- _Your goal_
Among the lines below, copy exactly those from the one with "f 108 107 21" through the one with "f 123 124 100", counting both ends.

[Saved data entries]
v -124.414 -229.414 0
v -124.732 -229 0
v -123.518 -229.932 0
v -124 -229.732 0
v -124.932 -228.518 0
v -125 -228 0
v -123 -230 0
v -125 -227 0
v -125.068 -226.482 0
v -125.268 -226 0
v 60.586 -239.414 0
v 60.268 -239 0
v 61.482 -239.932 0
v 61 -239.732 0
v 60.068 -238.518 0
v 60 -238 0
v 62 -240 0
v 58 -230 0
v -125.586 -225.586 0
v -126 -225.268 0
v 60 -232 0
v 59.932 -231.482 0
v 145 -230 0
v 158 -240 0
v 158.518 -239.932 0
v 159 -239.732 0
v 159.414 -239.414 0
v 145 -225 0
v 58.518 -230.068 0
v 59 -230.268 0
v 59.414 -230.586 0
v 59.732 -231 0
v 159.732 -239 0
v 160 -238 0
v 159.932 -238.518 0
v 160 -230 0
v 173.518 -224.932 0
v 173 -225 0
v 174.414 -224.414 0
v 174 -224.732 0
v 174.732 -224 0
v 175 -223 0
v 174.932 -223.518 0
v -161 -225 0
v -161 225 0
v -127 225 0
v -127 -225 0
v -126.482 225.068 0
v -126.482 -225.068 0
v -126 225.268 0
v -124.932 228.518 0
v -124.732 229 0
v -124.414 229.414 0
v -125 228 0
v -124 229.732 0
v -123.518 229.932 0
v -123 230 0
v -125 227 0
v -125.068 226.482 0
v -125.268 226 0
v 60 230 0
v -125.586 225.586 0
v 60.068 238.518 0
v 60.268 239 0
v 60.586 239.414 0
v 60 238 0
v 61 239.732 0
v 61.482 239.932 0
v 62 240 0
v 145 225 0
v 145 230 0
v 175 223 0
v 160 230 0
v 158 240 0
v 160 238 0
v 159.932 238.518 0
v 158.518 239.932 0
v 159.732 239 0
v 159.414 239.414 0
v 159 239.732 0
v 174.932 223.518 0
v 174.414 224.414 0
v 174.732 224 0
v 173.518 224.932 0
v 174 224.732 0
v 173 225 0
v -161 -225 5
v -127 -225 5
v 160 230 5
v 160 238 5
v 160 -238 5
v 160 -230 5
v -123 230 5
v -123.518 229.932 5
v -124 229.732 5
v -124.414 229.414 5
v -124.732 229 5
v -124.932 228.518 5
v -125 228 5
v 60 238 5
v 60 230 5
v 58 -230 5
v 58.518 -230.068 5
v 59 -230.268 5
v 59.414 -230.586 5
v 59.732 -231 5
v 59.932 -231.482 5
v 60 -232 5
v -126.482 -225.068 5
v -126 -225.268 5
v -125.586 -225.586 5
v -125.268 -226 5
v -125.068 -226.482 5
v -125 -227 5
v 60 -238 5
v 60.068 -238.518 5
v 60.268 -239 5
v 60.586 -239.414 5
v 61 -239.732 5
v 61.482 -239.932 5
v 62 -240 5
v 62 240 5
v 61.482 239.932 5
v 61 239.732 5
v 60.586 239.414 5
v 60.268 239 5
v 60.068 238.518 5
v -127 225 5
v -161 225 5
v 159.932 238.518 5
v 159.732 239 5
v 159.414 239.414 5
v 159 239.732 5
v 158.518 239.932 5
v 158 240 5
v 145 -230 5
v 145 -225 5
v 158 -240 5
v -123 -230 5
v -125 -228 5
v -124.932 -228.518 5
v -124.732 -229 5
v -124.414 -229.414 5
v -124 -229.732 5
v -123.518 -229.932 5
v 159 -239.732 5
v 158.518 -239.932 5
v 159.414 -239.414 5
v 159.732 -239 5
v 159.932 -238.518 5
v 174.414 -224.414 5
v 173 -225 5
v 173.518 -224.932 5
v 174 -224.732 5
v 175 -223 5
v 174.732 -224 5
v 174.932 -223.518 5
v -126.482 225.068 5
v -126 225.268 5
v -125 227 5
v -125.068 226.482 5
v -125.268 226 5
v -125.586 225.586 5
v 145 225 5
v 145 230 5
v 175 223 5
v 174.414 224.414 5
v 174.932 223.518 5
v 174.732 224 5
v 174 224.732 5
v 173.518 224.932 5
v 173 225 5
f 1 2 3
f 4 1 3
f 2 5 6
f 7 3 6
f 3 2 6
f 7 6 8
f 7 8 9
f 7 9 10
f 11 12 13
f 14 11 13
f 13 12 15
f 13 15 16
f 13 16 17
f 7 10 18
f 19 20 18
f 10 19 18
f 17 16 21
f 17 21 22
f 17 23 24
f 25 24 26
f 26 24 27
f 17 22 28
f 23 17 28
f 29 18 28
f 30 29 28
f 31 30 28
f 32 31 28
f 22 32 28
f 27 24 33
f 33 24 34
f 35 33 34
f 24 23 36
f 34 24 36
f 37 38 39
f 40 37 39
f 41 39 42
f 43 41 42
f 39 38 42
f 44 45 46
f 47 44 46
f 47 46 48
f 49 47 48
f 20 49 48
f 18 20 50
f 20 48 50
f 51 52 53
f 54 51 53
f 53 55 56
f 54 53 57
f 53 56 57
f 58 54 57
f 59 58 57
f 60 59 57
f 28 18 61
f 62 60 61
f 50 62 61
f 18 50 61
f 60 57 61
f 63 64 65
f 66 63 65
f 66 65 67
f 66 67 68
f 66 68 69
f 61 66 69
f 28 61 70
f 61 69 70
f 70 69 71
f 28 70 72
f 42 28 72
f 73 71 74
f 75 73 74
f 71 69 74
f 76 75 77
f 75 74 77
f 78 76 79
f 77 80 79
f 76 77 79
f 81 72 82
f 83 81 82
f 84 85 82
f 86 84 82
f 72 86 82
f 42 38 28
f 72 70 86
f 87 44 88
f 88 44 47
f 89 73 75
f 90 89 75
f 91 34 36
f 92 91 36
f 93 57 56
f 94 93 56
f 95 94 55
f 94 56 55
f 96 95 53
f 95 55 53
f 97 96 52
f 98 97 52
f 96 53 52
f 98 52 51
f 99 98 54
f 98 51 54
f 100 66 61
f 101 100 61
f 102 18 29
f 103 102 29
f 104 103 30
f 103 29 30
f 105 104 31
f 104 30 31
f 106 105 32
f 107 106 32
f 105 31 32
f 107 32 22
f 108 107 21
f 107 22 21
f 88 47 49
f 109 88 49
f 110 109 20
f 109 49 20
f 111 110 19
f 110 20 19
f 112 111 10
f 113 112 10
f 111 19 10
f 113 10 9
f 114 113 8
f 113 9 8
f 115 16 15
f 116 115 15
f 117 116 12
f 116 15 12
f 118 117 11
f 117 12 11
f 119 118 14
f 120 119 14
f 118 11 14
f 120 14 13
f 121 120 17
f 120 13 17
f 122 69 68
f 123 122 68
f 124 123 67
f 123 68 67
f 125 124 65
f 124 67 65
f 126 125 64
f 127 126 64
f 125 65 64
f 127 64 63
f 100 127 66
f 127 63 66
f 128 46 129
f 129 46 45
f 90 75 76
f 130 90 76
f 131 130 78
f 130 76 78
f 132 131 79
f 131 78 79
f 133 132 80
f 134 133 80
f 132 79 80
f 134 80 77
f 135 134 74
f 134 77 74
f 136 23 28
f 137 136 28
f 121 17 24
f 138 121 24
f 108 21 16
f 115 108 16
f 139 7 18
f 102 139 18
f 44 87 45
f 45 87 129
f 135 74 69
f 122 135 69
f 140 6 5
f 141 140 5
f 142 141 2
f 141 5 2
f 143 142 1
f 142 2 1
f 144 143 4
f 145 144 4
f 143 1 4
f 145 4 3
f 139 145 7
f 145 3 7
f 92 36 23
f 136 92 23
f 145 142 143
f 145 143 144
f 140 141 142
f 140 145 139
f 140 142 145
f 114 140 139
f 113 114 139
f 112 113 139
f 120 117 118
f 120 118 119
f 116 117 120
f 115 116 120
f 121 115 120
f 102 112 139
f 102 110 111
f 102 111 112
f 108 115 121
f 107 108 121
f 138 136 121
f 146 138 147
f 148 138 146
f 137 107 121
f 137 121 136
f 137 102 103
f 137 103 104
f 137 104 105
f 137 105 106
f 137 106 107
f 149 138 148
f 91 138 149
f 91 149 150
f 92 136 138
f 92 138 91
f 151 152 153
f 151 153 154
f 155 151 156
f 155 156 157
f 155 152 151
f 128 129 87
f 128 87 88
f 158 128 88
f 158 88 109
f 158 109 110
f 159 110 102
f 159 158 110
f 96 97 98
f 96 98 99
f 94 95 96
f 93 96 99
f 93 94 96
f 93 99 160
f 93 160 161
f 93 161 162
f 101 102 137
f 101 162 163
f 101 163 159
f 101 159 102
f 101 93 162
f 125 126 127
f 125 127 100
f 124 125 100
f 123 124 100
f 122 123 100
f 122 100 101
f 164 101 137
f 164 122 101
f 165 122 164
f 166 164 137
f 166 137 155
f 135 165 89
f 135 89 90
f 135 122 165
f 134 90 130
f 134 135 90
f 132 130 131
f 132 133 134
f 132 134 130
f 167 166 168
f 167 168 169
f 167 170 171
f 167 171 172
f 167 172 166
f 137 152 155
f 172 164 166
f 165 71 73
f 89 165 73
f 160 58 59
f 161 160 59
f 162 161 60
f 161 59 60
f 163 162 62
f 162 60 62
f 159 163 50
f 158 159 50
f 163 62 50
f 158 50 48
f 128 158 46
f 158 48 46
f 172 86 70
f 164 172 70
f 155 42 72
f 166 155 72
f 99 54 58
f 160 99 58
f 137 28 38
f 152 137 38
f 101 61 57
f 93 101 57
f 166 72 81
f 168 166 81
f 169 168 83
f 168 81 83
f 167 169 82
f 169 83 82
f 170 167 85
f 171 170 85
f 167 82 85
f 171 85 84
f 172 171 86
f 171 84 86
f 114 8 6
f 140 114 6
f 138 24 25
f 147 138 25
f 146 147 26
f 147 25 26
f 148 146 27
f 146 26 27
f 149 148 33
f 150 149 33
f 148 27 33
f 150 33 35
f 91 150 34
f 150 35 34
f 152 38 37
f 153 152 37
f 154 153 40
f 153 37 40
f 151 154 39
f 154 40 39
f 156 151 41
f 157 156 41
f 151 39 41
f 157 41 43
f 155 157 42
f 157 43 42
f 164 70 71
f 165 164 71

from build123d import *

# Parameters (mm, degrees)
F1_DEPTH = 5
F3_DEPTH = 25


with BuildPart() as f1:
    # F0 (on Top) → F1 (new body)
    with BuildSketch(Plane.XY):
        with BuildLine():
            Line((145, -225), (173, -225))
            ThreePointArc((173, -225), (174.4142135624, -224.4142135624), (175, -223))
            Line((175, -223), (175, 223))
            ThreePointArc((175, 223), (174.4142135624, 224.4142135624), (173, 225))
            Line((173, 225), (145, 225))
            Line((145, 225), (145, 230))
            Line((145, 230), (160, 230))
            Line((160, 230), (160, 238))
            ThreePointArc((160, 238), (159.4142135624, 239.4142135624), (158, 240))
            Line((158, 240), (62, 240))
            ThreePointArc((62, 240), (60.5857864376, 239.4142135624), (60, 238))
            Line((60, 238), (60, 230))
            Line((60, 230), (-123, 230))
            ThreePointArc((-123, 230), (-124.4142135624, 229.4142135624), (-125, 228))
            Line((-125, 228), (-125, 227))
            ThreePointArc((-125, 227), (-125.5857864376, 225.5857864376), (-127, 225))
            Line((-127, 225), (-173, 225))
            ThreePointArc((-173, 225), (-174.4142135624, 224.4142135624), (-175, 223))
            Line((-175, 223), (-175, -223))
            ThreePointArc((-175, -223), (-174.4142135624, -224.4142135624), (-173, -225))
            Line((-173, -225), (-127, -225))
            ThreePointArc((-127, -225), (-125.5857864376, -225.5857864376), (-125, -227))
            Line((-125, -227), (-125, -228))
            ThreePointArc((-125, -228), (-124.4142135624, -229.4142135624), (-123, -230))
            Line((-123, -230), (58, -230))
            ThreePointArc((58, -230), (59.4142135624, -230.5857864376), (60, -232))
            Line((60, -232), (60, -238))
            ThreePointArc((60, -238), (60.5857864376, -239.4142135624), (62, -240))
            Line((62, -240), (158, -240))
            ThreePointArc((158, -240), (159.4142135624, -239.4142135624), (160, -238))
            Line((160, -238), (160, -230))
            Line((160, -230), (145, -230))
            Line((145, -230), (145, -225))
        make_face()
    extrude(amount=F1_DEPTH)

    # F2 (on face) → F3 (cut)
    with BuildSketch(Plane.XY.offset(5)):
        with BuildLine():
            Line((-161, 225), (-161, 340.5782580579))
            Line((-161, 340.5782580579), (-227.952612991, 340.5782580579))
            Line((-227.952612991, 340.5782580579), (-227.952612991, -338.3395225013))
            Line((-227.952612991, -338.3395225013), (-161, -338.3395225013))
            Line((-161, -338.3395225013), (-161, -225))
            Line((-161, -225), (-173, -225))
            ThreePointArc((-173, -225), (-174.4142135624, -224.4142135624), (-175, -223))
            Line((-175, -223), (-175, 223))
            ThreePointArc((-175, 223), (-174.4142135624, 224.4142135624), (-173, 225))
            Line((-173, 225), (-161, 225))
        make_face()
        with BuildLine():
            Line((-161, -225), (-161, 225))
            Line((-161, 225), (-173, 225))
            ThreePointArc((-173, 225), (-174.4142135624, 224.4142135624), (-175, 223))
            Line((-175, 223), (-175, -223))
            ThreePointArc((-175, -223), (-174.4142135624, -224.4142135624), (-173, -225))
            Line((-173, -225), (-161, -225))
        make_face()
    extrude(amount=-F3_DEPTH, mode=Mode.SUBTRACT)


solid = f1.part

- _Response to this exercise_
f 108 107 21
f 107 22 21
f 88 47 49
f 109 88 49
f 110 109 20
f 109 49 20
f 111 110 19
f 110 20 19
f 112 111 10
f 113 112 10
f 111 19 10
f 113 10 9
f 114 113 8
f 113 9 8
f 115 16 15
f 116 115 15
f 117 116 12
f 116 15 12
f 118 117 11
f 117 12 11
f 119 118 14
f 120 119 14
f 118 11 14
f 120 14 13
f 121 120 17
f 120 13 17
f 122 69 68
f 123 122 68
f 124 123 67
f 123 68 67
f 125 124 65
f 124 67 65
f 126 125 64
f 127 126 64
f 125 65 64
f 127 64 63
f 100 127 66
f 127 63 66
f 128 46 129
f 129 46 45
f 90 75 76
f 130 90 76
f 131 130 78
f 130 76 78
f 132 131 79
f 131 78 79
f 133 132 80
f 134 133 80
f 132 79 80
f 134 80 77
f 135 134 74
f 134 77 74
f 136 23 28
f 137 136 28
f 121 17 24
f 138 121 24
f 108 21 16
f 115 108 16
f 139 7 18
f 102 139 18
f 44 87 45
f 45 87 129
f 135 74 69
f 122 135 69
f 140 6 5
f 141 140 5
f 142 141 2
f 141 5 2
f 143 142 1
f 142 2 1
f 144 143 4
f 145 144 4
f 143 1 4
f 145 4 3
f 139 145 7
f 145 3 7
f 92 36 23
f 136 92 23
f 145 142 143
f 145 143 144
f 140 141 142
f 140 145 139
f 140 142 145
f 114 140 139
f 113 114 139
f 112 113 139
f 120 117 118
f 120 118 119
f 116 117 120
f 115 116 120
f 121 115 120
f 102 112 139
f 102 110 111
f 102 111 112
f 108 115 121
f 107 108 121
f 138 136 121
f 146 138 147
f 148 138 146
f 137 107 121
f 137 121 136
f 137 102 103
f 137 103 104
f 137 104 105
f 137 105 106
f 137 106 107
f 149 138 148
f 91 138 149
f 91 149 150
f 92 136 138
f 92 138 91
f 151 152 153
f 151 153 154
f 155 151 156
f 155 156 157
f 155 152 151
f 128 129 87
f 128 87 88
f 158 128 88
f 158 88 109
f 158 109 110
f 159 110 102
f 159 158 110
f 96 97 98
f 96 98 99
f 94 95 96
f 93 96 99
f 93 94 96
f 93 99 160
f 93 160 161
f 93 161 162
f 101 102 137
f 101 162 163
f 101 163 159
f 101 159 102
f 101 93 162
f 125 126 127
f 125 127 100
f 124 125 100
f 123 124 100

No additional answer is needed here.